# Compatibilité disque dur ibook g4



## kebasc (24 Février 2011)

Bonjour à tout le monde.

Je débutes tout juste sur Mac, et j'ai un disque dur à changer sur un ibook g4 1.42 ghz.

Ma question est la suivante, pouvons nous mettre n'importe quel disque dur 2.5'' ide, par exemple provenant d'un pc portable classique dessus.

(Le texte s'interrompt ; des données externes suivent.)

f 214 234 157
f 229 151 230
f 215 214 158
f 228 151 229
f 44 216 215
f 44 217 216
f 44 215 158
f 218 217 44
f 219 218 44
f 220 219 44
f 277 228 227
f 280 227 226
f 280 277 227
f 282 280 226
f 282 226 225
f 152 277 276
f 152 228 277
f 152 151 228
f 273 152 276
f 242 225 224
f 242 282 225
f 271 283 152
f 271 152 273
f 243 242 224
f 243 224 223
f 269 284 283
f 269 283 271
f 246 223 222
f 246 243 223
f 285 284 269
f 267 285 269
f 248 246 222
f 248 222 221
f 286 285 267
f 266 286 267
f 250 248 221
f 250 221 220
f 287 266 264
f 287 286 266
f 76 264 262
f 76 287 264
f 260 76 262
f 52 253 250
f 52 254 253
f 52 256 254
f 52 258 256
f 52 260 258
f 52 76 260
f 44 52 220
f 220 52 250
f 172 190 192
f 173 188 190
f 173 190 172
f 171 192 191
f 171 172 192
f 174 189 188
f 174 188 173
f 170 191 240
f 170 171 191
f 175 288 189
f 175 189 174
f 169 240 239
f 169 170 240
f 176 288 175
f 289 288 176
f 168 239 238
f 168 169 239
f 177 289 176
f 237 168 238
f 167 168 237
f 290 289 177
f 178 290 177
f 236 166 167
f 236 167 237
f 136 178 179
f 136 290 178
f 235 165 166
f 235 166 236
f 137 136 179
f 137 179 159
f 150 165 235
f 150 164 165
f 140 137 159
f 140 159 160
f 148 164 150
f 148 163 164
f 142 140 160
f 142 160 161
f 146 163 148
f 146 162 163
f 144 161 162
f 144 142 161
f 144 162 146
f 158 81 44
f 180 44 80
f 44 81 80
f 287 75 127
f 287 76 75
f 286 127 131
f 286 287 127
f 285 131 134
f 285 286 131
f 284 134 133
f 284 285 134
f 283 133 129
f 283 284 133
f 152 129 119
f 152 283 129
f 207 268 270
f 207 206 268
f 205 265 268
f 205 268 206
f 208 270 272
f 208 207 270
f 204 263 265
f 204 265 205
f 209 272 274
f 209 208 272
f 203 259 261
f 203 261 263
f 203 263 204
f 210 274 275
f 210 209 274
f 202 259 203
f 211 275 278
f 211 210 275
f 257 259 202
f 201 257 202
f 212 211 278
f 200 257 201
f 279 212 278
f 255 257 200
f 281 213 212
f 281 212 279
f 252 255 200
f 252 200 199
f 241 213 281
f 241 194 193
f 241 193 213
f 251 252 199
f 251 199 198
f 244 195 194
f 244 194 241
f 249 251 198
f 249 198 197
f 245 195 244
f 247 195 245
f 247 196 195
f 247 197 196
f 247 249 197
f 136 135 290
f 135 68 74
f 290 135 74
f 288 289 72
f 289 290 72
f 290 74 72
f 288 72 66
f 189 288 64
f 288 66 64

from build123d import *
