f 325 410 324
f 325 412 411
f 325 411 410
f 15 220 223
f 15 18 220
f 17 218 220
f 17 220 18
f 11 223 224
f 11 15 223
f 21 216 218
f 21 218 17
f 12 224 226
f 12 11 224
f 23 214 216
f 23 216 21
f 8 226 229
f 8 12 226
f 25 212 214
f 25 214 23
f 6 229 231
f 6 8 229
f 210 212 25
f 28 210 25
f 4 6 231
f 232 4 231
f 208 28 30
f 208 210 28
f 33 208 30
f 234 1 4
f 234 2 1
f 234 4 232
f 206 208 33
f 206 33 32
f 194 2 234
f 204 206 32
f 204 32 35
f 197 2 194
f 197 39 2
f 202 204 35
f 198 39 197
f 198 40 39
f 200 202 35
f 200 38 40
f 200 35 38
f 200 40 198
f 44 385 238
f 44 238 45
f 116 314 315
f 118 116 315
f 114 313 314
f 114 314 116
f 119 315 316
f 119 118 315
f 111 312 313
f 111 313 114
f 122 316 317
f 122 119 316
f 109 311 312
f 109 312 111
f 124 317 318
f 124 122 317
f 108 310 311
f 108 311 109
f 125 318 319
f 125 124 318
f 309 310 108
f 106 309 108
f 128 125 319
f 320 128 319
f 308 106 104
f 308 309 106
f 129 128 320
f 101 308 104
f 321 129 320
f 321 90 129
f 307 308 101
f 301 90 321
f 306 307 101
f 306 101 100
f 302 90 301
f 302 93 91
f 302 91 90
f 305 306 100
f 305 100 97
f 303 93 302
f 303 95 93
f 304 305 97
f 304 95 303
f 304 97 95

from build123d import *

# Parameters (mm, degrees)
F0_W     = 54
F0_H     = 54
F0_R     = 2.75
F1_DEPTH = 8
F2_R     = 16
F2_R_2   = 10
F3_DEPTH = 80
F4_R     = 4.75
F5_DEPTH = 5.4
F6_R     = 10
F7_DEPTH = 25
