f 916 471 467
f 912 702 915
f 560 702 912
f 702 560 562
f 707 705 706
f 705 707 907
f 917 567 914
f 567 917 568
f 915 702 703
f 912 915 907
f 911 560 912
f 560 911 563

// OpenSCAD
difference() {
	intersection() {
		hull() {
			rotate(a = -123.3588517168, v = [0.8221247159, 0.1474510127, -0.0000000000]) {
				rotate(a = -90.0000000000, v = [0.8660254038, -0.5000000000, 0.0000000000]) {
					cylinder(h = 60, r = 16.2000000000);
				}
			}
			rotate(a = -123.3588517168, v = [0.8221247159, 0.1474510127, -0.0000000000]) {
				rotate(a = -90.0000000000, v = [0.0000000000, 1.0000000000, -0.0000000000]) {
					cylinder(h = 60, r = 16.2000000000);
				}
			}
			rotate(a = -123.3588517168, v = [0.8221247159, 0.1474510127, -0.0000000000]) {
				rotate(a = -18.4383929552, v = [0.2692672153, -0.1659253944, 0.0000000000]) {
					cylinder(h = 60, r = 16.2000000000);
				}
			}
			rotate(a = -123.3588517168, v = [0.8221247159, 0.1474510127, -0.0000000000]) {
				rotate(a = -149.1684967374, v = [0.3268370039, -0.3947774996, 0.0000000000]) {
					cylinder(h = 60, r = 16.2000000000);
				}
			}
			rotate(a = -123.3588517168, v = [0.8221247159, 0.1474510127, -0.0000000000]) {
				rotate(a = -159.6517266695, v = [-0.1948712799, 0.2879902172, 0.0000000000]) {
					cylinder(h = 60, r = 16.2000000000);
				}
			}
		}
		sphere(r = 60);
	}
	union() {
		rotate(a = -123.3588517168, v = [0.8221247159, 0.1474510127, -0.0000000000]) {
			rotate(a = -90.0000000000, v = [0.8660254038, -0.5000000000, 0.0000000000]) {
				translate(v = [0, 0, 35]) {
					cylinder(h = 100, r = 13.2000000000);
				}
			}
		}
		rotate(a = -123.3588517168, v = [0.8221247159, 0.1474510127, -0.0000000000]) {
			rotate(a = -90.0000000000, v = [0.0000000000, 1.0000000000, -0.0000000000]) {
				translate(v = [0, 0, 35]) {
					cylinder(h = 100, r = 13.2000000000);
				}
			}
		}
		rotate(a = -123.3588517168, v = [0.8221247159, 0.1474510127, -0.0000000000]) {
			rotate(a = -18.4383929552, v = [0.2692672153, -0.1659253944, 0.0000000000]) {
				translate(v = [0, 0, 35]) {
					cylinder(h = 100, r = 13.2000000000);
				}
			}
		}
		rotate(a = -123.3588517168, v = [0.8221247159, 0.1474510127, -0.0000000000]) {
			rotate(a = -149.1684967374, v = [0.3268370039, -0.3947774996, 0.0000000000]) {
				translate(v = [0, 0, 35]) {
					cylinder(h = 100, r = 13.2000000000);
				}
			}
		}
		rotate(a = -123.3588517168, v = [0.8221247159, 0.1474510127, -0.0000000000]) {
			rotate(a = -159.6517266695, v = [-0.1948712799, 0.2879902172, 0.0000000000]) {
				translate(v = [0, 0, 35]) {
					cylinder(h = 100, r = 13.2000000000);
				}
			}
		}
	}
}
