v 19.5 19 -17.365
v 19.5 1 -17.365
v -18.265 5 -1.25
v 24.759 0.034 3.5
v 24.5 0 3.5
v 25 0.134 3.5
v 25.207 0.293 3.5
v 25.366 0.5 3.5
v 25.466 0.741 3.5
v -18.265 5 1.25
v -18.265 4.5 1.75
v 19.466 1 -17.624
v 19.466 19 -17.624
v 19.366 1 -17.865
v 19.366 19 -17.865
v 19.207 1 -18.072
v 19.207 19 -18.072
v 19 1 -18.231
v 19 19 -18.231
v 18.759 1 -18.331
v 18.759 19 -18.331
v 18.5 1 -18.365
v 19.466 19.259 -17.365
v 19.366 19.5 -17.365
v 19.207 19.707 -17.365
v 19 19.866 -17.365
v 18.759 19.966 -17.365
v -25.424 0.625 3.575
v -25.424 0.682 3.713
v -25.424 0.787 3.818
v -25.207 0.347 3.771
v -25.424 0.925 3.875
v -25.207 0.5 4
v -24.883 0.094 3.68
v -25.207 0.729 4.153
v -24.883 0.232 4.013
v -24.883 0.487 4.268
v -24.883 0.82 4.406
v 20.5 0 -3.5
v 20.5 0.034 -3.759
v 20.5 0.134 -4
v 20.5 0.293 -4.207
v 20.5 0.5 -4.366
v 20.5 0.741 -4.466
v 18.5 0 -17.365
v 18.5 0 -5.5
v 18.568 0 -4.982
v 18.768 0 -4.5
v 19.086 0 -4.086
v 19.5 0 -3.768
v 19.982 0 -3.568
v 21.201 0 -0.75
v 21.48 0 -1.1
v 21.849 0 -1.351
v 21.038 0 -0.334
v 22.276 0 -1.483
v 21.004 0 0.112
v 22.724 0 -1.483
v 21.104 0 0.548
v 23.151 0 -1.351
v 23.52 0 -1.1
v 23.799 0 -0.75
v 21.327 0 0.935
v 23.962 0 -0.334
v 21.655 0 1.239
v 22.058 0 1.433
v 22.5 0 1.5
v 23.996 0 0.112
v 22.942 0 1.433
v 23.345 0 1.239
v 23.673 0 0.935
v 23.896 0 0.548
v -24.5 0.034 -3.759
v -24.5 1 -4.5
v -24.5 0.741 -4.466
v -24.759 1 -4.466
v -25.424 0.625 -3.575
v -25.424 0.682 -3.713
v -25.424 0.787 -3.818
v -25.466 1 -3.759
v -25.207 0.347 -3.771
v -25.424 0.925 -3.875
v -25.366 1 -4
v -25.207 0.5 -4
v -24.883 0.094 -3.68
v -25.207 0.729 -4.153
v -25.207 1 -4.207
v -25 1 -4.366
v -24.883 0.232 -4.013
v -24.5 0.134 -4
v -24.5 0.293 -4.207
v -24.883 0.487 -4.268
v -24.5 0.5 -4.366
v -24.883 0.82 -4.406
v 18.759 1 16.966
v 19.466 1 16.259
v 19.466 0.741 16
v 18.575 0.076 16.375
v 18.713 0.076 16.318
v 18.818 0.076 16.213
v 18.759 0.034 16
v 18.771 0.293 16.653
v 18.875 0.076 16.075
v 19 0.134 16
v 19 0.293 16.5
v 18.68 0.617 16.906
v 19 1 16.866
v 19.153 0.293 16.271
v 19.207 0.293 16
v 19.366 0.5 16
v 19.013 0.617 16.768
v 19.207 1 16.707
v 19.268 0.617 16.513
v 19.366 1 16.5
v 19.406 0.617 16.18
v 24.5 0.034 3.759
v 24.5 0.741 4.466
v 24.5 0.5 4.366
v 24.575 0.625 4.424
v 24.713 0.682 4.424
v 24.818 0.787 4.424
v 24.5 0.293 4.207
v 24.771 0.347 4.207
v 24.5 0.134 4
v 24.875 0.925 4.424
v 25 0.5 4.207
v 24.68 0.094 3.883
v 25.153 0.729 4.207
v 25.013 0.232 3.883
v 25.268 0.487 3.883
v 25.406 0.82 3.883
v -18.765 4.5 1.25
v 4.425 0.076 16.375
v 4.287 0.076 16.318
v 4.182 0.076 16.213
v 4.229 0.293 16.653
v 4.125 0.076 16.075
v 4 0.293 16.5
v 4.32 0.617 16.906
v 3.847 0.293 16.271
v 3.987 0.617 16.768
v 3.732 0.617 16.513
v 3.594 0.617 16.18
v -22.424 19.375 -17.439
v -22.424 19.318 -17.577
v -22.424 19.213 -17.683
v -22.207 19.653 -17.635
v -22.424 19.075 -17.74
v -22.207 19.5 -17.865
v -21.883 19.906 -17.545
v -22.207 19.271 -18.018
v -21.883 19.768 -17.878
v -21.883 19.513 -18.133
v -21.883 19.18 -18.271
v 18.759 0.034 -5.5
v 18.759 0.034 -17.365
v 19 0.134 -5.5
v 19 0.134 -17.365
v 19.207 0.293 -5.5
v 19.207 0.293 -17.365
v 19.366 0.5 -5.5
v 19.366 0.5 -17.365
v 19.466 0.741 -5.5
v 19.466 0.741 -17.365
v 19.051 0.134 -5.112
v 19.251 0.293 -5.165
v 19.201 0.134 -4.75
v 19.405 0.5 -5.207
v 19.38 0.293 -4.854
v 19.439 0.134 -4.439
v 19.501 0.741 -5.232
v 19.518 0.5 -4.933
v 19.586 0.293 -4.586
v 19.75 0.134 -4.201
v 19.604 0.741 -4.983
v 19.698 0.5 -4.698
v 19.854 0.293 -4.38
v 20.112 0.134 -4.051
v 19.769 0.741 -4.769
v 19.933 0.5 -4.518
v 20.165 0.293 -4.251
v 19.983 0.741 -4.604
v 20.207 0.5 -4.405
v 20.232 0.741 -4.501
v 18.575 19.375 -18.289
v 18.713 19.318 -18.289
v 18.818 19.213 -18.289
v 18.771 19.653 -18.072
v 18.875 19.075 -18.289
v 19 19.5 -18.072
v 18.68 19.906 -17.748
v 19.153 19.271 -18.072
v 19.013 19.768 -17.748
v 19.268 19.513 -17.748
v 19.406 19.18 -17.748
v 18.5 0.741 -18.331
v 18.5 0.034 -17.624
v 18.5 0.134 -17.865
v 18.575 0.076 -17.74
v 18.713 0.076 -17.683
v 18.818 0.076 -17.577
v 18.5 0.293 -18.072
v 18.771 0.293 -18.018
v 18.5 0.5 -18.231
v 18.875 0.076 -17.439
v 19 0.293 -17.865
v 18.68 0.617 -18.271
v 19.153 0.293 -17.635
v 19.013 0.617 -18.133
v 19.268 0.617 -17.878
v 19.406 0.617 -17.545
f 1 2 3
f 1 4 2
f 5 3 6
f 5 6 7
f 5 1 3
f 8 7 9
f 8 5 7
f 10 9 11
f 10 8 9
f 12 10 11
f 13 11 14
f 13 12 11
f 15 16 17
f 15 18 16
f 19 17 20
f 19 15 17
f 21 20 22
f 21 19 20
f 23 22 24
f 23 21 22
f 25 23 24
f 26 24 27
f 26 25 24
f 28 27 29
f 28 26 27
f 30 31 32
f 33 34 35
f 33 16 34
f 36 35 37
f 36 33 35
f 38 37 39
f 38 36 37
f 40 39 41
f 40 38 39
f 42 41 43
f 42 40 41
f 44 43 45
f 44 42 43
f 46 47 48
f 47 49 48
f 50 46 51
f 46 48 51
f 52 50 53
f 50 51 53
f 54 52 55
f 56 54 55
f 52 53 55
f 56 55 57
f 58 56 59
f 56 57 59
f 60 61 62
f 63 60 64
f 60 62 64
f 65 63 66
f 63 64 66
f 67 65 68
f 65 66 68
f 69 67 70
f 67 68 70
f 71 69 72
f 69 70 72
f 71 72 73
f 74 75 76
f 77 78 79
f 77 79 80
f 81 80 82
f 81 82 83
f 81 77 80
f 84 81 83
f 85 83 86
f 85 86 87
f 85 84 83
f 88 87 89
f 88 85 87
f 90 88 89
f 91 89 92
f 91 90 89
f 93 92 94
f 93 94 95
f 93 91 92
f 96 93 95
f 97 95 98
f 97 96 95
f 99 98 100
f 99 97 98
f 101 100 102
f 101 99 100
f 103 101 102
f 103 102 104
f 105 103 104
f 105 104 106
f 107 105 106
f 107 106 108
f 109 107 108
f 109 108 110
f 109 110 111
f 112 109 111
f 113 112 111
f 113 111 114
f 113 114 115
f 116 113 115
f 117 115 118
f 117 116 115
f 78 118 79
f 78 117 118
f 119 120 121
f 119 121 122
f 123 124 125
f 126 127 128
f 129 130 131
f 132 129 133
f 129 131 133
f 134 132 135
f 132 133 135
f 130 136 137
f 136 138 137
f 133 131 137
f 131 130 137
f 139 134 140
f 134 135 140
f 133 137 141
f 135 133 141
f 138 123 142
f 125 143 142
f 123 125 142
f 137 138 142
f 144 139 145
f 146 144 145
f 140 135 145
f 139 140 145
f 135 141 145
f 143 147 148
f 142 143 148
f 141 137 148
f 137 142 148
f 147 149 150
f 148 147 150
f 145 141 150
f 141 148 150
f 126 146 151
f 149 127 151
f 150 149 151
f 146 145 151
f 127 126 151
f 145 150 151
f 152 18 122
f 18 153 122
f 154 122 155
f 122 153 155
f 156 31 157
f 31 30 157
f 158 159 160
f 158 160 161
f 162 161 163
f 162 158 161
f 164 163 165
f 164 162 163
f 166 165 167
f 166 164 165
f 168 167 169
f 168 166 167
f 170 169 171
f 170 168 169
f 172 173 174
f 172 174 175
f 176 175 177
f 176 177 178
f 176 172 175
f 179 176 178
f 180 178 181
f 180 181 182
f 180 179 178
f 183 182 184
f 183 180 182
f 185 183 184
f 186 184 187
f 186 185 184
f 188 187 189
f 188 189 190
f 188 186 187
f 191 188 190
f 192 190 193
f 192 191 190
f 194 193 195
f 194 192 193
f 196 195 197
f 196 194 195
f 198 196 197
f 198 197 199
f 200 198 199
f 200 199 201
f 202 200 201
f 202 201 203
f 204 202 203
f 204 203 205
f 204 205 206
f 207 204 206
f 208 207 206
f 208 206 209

J'ai essayé de booter pour reinstaller le disque dur et mac os, le probleme c'est que le disque dur que j'ai recu n'est pas reconnu par l'utilitaire disque. C'est un samsung de 160 go.

Merci d'avance.


----------



## Pascal 77 (25 Février 2011)

kebasc a dit:


> Bonjour à tout le monde.
> 
> Je débutes tout juste sur Mac, et j'ai un disque dur à changer sur un ibook g4 1.42 ghz.
> 
> ...



N'importe quel disque IDE fait l'affaire (un Samsung de 160 Go, c'est ce que j'ai dans mon iBook G4).

Par contre, si tu ne vois pas ce disque dans "Infos système Apple" (menu pomme -> à propos de ce Mac -> plus d'infos), alors, il y a deux possibilités :

- Le disque dur que tu mets est aussi H.S. que l'ancien
- le problème ne vient pas du disque dur, mais de la carte mère (j'ai eu le problème avec un PowerBook G4 12" qui du jour au lendemain ne voyait plus son disque dur interne, alors que le dit disque monté dans un boîtier Firewire, il le voyait très bien. Après un changement de carte mère, tout est rentré dans l'ordre).

Mais cela dit, il faudrait que tu pense à lire les annonces "à lire avant de poster" lorsqu'il y en a en tête de forum, parce que les disques internes, ce n'est pas dans "Périphériques et accessoiress" qu'on en parle. On déménage.


----------



## christophe2312 (25 Février 2011)

A tu formater ton disque dur avec l utilitaire du dvd d install http://www.osxfacile.com/partition.html


----------